======== Data for processing
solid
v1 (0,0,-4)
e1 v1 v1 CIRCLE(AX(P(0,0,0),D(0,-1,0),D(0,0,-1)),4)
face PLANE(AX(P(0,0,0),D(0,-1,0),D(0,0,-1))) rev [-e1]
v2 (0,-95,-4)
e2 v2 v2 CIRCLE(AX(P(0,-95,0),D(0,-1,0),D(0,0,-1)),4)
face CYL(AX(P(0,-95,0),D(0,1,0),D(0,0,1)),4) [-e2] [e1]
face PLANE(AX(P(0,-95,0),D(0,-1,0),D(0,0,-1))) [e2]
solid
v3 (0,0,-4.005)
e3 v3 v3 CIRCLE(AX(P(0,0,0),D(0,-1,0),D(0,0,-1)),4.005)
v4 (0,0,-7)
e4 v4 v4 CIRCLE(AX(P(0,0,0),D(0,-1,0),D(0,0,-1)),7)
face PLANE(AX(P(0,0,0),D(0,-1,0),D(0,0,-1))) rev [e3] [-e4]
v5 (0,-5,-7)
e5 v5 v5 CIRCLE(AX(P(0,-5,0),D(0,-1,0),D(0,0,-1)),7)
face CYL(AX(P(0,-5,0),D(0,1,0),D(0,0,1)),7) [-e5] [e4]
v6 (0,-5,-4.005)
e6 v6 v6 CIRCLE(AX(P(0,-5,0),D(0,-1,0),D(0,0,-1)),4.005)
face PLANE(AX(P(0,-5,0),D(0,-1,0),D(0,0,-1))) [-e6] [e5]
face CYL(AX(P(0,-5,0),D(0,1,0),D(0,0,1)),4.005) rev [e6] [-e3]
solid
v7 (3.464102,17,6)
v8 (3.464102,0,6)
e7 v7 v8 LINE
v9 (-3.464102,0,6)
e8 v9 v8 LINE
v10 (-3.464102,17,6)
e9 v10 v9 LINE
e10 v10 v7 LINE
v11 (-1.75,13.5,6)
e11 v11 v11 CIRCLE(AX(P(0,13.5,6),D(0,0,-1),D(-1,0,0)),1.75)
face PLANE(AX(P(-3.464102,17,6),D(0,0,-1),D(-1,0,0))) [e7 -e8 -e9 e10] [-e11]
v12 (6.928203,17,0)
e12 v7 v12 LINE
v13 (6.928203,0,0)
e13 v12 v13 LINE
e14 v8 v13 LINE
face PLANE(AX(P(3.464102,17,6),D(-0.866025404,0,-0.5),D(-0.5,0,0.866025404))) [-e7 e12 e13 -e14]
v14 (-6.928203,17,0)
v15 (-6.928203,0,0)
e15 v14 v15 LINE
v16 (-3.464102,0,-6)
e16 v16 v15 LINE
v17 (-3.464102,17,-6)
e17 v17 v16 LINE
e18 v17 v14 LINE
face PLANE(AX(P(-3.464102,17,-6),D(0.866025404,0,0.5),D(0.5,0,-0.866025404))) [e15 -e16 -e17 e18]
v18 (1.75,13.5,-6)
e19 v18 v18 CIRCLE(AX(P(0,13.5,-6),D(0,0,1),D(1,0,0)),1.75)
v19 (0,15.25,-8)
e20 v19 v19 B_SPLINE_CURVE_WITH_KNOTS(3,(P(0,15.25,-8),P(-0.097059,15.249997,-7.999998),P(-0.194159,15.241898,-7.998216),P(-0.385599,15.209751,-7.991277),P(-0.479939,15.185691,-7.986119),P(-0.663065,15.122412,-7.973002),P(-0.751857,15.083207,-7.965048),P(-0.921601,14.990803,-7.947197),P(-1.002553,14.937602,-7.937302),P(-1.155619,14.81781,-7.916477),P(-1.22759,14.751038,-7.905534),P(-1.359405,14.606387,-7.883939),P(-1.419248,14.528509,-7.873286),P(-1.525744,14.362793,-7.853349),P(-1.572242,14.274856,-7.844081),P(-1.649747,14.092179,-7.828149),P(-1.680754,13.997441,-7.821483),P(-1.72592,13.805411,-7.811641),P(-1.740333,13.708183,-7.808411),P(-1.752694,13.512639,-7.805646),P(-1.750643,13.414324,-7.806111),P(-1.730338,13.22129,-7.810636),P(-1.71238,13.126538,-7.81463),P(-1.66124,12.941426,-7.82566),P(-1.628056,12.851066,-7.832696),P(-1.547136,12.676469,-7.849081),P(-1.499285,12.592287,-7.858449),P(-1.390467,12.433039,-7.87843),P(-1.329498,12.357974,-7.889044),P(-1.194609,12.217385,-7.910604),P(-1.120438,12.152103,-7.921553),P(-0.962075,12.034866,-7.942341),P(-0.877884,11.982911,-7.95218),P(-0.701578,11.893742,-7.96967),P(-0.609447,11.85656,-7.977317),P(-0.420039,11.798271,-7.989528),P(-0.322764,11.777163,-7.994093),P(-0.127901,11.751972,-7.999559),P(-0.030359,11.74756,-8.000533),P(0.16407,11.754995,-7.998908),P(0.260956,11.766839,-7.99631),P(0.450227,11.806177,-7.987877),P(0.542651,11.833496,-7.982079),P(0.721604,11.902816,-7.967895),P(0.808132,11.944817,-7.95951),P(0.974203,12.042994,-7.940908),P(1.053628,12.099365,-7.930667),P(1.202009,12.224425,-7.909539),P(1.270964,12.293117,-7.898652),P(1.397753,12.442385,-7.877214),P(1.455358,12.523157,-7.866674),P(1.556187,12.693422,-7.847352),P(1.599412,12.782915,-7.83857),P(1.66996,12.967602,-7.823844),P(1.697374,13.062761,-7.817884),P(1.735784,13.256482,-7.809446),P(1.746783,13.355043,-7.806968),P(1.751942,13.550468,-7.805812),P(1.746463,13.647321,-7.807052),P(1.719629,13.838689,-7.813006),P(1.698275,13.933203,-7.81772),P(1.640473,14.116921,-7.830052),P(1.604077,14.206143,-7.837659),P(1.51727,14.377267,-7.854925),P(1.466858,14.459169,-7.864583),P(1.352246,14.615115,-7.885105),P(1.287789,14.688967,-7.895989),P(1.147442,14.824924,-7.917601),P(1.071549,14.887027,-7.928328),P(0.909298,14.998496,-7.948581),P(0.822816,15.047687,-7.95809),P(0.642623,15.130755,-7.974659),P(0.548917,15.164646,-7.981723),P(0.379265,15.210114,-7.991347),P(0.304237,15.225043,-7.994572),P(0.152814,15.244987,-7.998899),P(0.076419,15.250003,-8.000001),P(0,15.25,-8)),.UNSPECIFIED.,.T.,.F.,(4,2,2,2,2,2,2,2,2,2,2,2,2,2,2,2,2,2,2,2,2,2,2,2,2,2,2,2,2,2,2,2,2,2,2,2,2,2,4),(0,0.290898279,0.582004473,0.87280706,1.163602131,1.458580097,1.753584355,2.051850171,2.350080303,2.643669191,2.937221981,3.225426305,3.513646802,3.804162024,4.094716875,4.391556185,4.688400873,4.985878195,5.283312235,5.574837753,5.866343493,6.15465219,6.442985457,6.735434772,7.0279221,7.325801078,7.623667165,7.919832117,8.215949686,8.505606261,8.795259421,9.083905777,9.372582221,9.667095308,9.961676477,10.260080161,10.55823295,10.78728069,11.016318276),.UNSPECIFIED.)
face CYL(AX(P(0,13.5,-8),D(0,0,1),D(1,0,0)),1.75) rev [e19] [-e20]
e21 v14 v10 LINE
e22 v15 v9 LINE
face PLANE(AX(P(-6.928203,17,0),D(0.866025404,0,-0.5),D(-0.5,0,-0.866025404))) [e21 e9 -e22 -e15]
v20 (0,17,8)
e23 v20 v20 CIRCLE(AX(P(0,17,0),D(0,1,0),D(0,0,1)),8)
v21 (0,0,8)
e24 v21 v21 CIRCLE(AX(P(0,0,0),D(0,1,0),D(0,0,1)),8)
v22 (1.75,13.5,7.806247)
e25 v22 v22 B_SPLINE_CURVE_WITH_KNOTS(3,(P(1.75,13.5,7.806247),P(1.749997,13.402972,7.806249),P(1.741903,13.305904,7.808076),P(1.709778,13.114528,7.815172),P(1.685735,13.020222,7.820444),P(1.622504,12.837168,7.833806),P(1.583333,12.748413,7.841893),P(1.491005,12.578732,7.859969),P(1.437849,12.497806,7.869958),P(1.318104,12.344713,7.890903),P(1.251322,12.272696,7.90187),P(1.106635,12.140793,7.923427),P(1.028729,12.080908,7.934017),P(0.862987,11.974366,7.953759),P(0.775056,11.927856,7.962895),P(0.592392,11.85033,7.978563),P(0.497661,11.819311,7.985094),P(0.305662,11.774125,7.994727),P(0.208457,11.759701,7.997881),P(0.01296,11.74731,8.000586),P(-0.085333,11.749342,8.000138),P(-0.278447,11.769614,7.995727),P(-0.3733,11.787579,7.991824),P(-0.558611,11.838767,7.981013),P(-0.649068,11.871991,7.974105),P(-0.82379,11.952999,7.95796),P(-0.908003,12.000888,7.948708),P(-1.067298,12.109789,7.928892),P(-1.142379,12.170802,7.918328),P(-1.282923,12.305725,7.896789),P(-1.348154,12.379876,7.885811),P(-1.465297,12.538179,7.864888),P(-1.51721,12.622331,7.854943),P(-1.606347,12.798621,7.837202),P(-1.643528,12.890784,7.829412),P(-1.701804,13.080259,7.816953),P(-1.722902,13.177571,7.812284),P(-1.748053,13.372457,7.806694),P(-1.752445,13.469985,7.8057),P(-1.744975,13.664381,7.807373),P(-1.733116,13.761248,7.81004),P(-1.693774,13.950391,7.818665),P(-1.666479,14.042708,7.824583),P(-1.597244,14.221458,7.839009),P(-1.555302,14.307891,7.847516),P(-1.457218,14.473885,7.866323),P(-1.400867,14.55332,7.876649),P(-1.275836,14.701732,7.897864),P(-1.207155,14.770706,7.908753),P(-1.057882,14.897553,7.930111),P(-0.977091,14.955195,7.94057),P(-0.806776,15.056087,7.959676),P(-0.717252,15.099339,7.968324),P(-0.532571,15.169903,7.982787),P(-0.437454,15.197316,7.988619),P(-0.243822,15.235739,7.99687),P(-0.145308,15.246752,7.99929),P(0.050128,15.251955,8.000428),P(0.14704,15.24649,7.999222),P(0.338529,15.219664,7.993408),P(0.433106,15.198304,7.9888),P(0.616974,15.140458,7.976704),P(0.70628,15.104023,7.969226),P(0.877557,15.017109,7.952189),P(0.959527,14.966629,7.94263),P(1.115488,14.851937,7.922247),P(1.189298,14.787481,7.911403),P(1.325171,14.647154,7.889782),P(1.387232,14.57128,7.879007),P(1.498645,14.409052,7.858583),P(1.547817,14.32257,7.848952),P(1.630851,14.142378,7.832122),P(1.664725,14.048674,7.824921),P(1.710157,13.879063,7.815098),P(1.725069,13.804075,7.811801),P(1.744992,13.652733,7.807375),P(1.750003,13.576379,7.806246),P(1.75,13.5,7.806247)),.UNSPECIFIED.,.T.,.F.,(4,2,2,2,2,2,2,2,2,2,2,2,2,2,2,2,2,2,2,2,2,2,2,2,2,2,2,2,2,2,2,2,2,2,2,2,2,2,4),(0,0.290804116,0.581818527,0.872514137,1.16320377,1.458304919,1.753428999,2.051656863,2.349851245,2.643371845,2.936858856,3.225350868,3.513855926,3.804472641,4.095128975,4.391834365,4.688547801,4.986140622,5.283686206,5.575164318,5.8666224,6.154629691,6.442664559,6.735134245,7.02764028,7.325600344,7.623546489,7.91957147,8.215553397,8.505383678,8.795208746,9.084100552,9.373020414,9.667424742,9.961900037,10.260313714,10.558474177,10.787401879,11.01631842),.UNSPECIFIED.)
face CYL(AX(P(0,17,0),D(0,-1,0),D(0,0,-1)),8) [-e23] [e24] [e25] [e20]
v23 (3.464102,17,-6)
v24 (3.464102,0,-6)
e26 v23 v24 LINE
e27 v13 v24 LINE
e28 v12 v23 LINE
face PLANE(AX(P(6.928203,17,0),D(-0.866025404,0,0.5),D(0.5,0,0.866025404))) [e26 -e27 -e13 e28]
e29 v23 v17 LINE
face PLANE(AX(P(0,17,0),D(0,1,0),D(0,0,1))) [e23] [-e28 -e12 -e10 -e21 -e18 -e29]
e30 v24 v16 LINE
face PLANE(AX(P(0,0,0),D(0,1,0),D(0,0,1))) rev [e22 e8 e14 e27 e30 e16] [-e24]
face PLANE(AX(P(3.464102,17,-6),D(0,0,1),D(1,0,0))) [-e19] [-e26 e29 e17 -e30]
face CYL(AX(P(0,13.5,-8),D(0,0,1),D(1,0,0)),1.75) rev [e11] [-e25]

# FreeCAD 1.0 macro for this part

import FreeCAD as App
import Part
import Sketcher

V = App.Vector
Q = App.Units.Quantity


def add_polygon(sketch, points):
    """Adds a closed chain of lines whose ends are joined by coincident constraints."""
    first, n = sketch.GeometryCount, len(points)
    for a, b in zip(points, points[1:] + points[:1]):
        sketch.addGeometry(Part.LineSegment(App.Vector(*a, 0), App.Vector(*b, 0)), False)
    for i in range(n):
        sketch.addConstraint(Sketcher.Constraint("Coincident", first + i, 2, first + (i + 1) % n, 1))

doc = App.newDocument("Part")
body = doc.addObject("PartDesign::Body", "Body")

sketch1 = body.newObject("Sketcher::SketchObject", "Sketch")
sketch1.AttachmentSupport = (doc.getObject("XZ_Plane"), [""])
sketch1.MapMode = "FlatFace"
sketch1.addGeometry(Part.Circle(V(0, 0, 0), V(0, 0, 1), 8), False)
add_polygon(sketch1, [(-3, 6), (-7, 0), (-3, -6), (3, -6), (7, 0), (3, 6)])
sketch1.addConstraint([
    Sketcher.Constraint("Horizontal", 3),
    Sketcher.Constraint("Horizontal", 6),
    Sketcher.Constraint("Coincident", 0, 3, -1, 1),
    Sketcher.Constraint("Symmetric", 1, 2, 4, 2, -1, 1),
    Sketcher.Constraint("Symmetric", 2, 2, 5, 2, -1, 1),
    Sketcher.Constraint("PointOnObject", 1, 2, -1),
    Sketcher.Constraint("Parallel", 1, 4),
    Sketcher.Constraint("Vertical", 3, 2, 5, 2),
    Sketcher.Constraint("Diameter", 0, 16.0),
    Sketcher.Constraint("Angle", 1, Q("-120 deg")),
    Sketcher.Constraint("DistanceY", 2, 2, -1, 1, 6.0),
    Sketcher.Constraint("DistanceX", 2, 2, -1, 1, 3.464102),
])
pad1 = body.newObject("PartDesign::Pad", "Pad")
pad1.Profile = sketch1
pad1.Length = 17
pad1.Reversed = True

sketch2 = body.newObject("Sketcher::SketchObject", "Sketch001")
sketch2.AttachmentSupport = (doc.getObject("XY_Plane"), [""])
sketch2.MapMode = "FlatFace"
sketch2.AttachmentOffset = App.Placement(V(0, 0, -6), App.Rotation())
sketch2.addGeometry(Part.Circle(V(0, 13.5, 0), V(0, 0, 1), 1.8), False)
sketch2.addConstraint([
    Sketcher.Constraint("PointOnObject", 0, 3, -2),
    Sketcher.Constraint("Diameter", 0, 3.5),
    Sketcher.Constraint("DistanceY", -1, 1, 0, 3, 13.5),
])
pocket1 = body.newObject("PartDesign::Pocket", "Pocket")
pocket1.Profile = sketch2
pocket1.Type = "ThroughAll"
pocket1.Midplane = True
body2 = doc.addObject("PartDesign::Body", "Body001")

sketch3 = body2.newObject("Sketcher::SketchObject", "Sketch002")
sketch3.AttachmentSupport = (doc.getObject("XZ_Plane001"), [""])
sketch3.MapMode = "FlatFace"
sketch3.addGeometry(Part.Circle(V(0, 0, 0), V(0, 0, 1), 4), False)
sketch3.addConstraint([
    Sketcher.Constraint("Coincident", 0, 3, -1, 1),
    Sketcher.Constraint("Diameter", 0, 8.0),
])
pad2 = body2.newObject("PartDesign::Pad", "Pad001")
pad2.Profile = sketch3
pad2.Length = 95
body3 = doc.addObject("PartDesign::Body", "Body002")

sketch4 = body3.newObject("Sketcher::SketchObject", "Sketch003")
sketch4.AttachmentSupport = (doc.getObject("XZ_Plane002"), [""])
sketch4.MapMode = "FlatFace"
sketch4.addGeometry([
    Part.Circle(V(0, 0, 0), V(0, 0, 1), 7),
    Part.Circle(V(0, 0, 0), V(0, 0, 1), 4),
], False)
sketch4.addConstraint([
    Sketcher.Constraint("Coincident", 0, 3, -1, 1),
    Sketcher.Constraint("Coincident", 1, 3, -1, 1),
    Sketcher.Constraint("Diameter", 0, 14.0),
    Sketcher.Constraint("Diameter", 1, 8.01),
])
pad3 = body3.newObject("PartDesign::Pad", "Pad002")
pad3.Profile = sketch4
pad3.Length = 5

doc.recompute()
================
Task statement:
In the data above, find the line with "v24 (3.464102,0,-6)" and the line with "# FreeCAD 1.0 macro for this part". Retype both, plus every line between them, exactly.

Expected answer:
v24 (3.464102,0,-6)
e26 v23 v24 LINE
e27 v13 v24 LINE
e28 v12 v23 LINE
face PLANE(AX(P(6.928203,17,0),D(-0.866025404,0,0.5),D(0.5,0,0.866025404))) [e26 -e27 -e13 e28]
e29 v23 v17 LINE
face PLANE(AX(P(0,17,0),D(0,1,0),D(0,0,1))) [e23] [-e28 -e12 -e10 -e21 -e18 -e29]
e30 v24 v16 LINE
face PLANE(AX(P(0,0,0),D(0,1,0),D(0,0,1))) rev [e22 e8 e14 e27 e30 e16] [-e24]
face PLANE(AX(P(3.464102,17,-6),D(0,0,1),D(1,0,0))) [-e19] [-e26 e29 e17 -e30]
face CYL(AX(P(0,13.5,-8),D(0,0,1),D(1,0,0)),1.75) rev [e11] [-e25]

# FreeCAD 1.0 macro for this part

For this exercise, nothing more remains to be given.